Author: Amelia Hill
Sidharth Vijay couldn’t afford to celebrate the first birthday of his youngest daughter this year: he couldn’t buy the UK-born child even the smallest present. Earlier this week, when the sun was shining, he didn’t have enough money to buy either of his children an ice-cream.
Vijay (not his real name) is a specialist computer programmer, a profession on the government’s list of shortage occupations. Since his arrival in the UK in 2011, he has never earned less than £50,000 or worked fewer than two jobs; he has been employed full-time by companies including Toshiba while running his own IT consultancy company.
Since September 2017, however, Vijay has been forbidden by the government to work because of a legal tax amendment he made to his records in 2014. Having spent about £15,000 in legal costs and Home Office fees, he is now close to destitution.
“We’re barely surviving,” he said. “I can barely take care of the basic needs of my wife and children. My older daughter was in her school playground recently with children playing with Lego. I had the humiliation of hearing her tell them how much she loves Lego but can’t have any, because I don’t have the money to buy them any toys. It tore me apart.”
Vijay’s case is significant because he amended his tax returns within the 12-month period which the HM Revenue & Customs states in its own manual is the right of every taxpayer. Despite his amendment being made in time, however, he has been refused indefinite leave to remain (ILR) by the Home Office under paragraph 322(5) of immigration law.
“The Home Office has overridden the legal right granted to me by the HMRC, by using my in-time amendment to deport me under a rule designed to tackle criminals and those judged to be a threat to national security,” he said.

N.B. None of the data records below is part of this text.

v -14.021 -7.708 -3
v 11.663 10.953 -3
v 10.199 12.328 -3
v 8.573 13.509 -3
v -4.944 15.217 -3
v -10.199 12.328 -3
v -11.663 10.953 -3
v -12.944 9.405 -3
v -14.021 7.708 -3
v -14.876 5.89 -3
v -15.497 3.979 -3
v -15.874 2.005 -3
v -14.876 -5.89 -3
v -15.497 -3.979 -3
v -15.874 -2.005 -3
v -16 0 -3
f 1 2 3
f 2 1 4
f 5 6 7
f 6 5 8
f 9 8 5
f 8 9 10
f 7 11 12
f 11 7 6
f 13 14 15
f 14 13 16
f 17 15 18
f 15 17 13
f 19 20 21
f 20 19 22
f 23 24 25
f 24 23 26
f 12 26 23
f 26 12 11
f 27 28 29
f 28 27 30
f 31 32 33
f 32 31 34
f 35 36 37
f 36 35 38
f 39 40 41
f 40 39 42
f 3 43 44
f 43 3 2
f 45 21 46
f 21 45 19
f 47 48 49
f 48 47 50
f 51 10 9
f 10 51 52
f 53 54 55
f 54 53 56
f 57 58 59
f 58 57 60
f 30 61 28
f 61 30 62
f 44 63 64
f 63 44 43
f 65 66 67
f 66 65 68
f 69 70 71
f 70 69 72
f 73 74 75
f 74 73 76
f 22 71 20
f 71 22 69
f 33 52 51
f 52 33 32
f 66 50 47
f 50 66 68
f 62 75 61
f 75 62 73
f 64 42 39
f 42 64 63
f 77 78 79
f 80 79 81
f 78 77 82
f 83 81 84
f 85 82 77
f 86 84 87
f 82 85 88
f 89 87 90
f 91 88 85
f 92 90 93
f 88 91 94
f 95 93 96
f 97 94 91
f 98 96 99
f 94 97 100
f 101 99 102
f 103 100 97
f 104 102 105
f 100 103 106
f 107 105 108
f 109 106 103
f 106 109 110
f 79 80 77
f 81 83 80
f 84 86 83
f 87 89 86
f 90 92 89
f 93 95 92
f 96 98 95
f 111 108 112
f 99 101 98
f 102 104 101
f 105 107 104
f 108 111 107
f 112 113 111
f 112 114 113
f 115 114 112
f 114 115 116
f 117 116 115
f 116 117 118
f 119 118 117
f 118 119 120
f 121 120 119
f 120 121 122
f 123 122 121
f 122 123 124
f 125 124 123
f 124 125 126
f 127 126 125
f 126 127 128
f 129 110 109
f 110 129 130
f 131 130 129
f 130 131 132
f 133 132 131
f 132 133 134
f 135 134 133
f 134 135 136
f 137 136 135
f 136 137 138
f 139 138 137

The controversial paragraph 322(5) comes with devastating conditions. Applicants immediately become ineligible for any other UK visa and are banned from returning to the UK for 10 years. Many are given just 14 days to leave the UK with their families after having lived here for decades, while others are allowed to stay and fight their cases but not to work, rent or use the NHS.
In addition, people deported under the terrorism-associated paragraph will have that permanently marked on their passports, making it highly unlikely they will ever get a visa to visit or work anywhere else in the world.
The Home Office’s own internal guidance to caseworkers specifies that section 322(5) should only be triggered in cases involving “criminality, a threat to national security, war crimes or travel bans”. But the discretionary section allows the Home Office to refuse an applicant by inferring that their “character and conduct” make them undesirable to be allowed to live in the UK.
In 2014, Vijay was sent a 2012-13 tax calculation by HMRC. Realising it contained an accounting error which meant he owed the tax authority about £4,000, he contacted them and paid the sum. This was done within the window which the HMRC says it allows in its self-assessment manual: “Just as HMRC has the right to repair an obvious error or mistake on the return, the taxpayer has the right to amend it, within 12 months of the statutory filing date,” the manual states.
Vijay was, however, anxious about the amendment and wrote to HMRC. In its response of April 2018, it replied: “I can confirm that you made amendment to your 2012-13 return within the 12-month window that HMRC requires, and that you followed HMRC guidelines, so HMRC wouldn’t charge you any penalties, also all payments were received on time, so again no penalties would have become due.”
Vijay said:“If parliamentary legislation grants me a right and the HMRC – which is a statutory body – honours it, then isn’t it true and obvious that Home office should acknowledge and abide by it too?”
Vijay also queries the legality of the Home Office’s use of paragraph 322(5) in his case. “If you look at the immigration directorate instructions, it clearly says that ‘a person may be refused under this paragraph if it seems right to do so for the public good’,” he said. “It goes on to clearly equate the public good with national security, to highlight that the offence has to be of that severity. How is using my legal right to complete an in-time tax return an offence on a par with being a threat to national security?”
To try to make sense of his refusal, Vijay applied for his caseworker notes. Seen by the Guardian, these show he was found to be “credible” and that his refusal in February 2018 under 322(5) was entirely triggered by figures obtained from the SA02 tax documents submitted by the applicant.
But Vijay said he had never submitted a SA02 document. He could not have because SA02 forms are only issued when a tax amendment has been made late, which his was not.
Vijay contacted the HMRC to be certain that he had not made an error and received a letter, which stated: “I can confirm, as discussed today, there has been no out-of-time adjustment to any of your previous years liabilities and therefore no issue of a SA02 at any point.”
Vijay is also perturbed by a letter from the Home Office, from August 2017, which refers to an interview they state he attended and again refers him giving them an SA02 form. “I never attended an interview with the Home Office,” he said.
“In a couple of months, I will be forced to either sell the house or bank will repossess it. My life has been completely destroyed. Every time I try to sleep, the bleak future of my children flash in front of me.”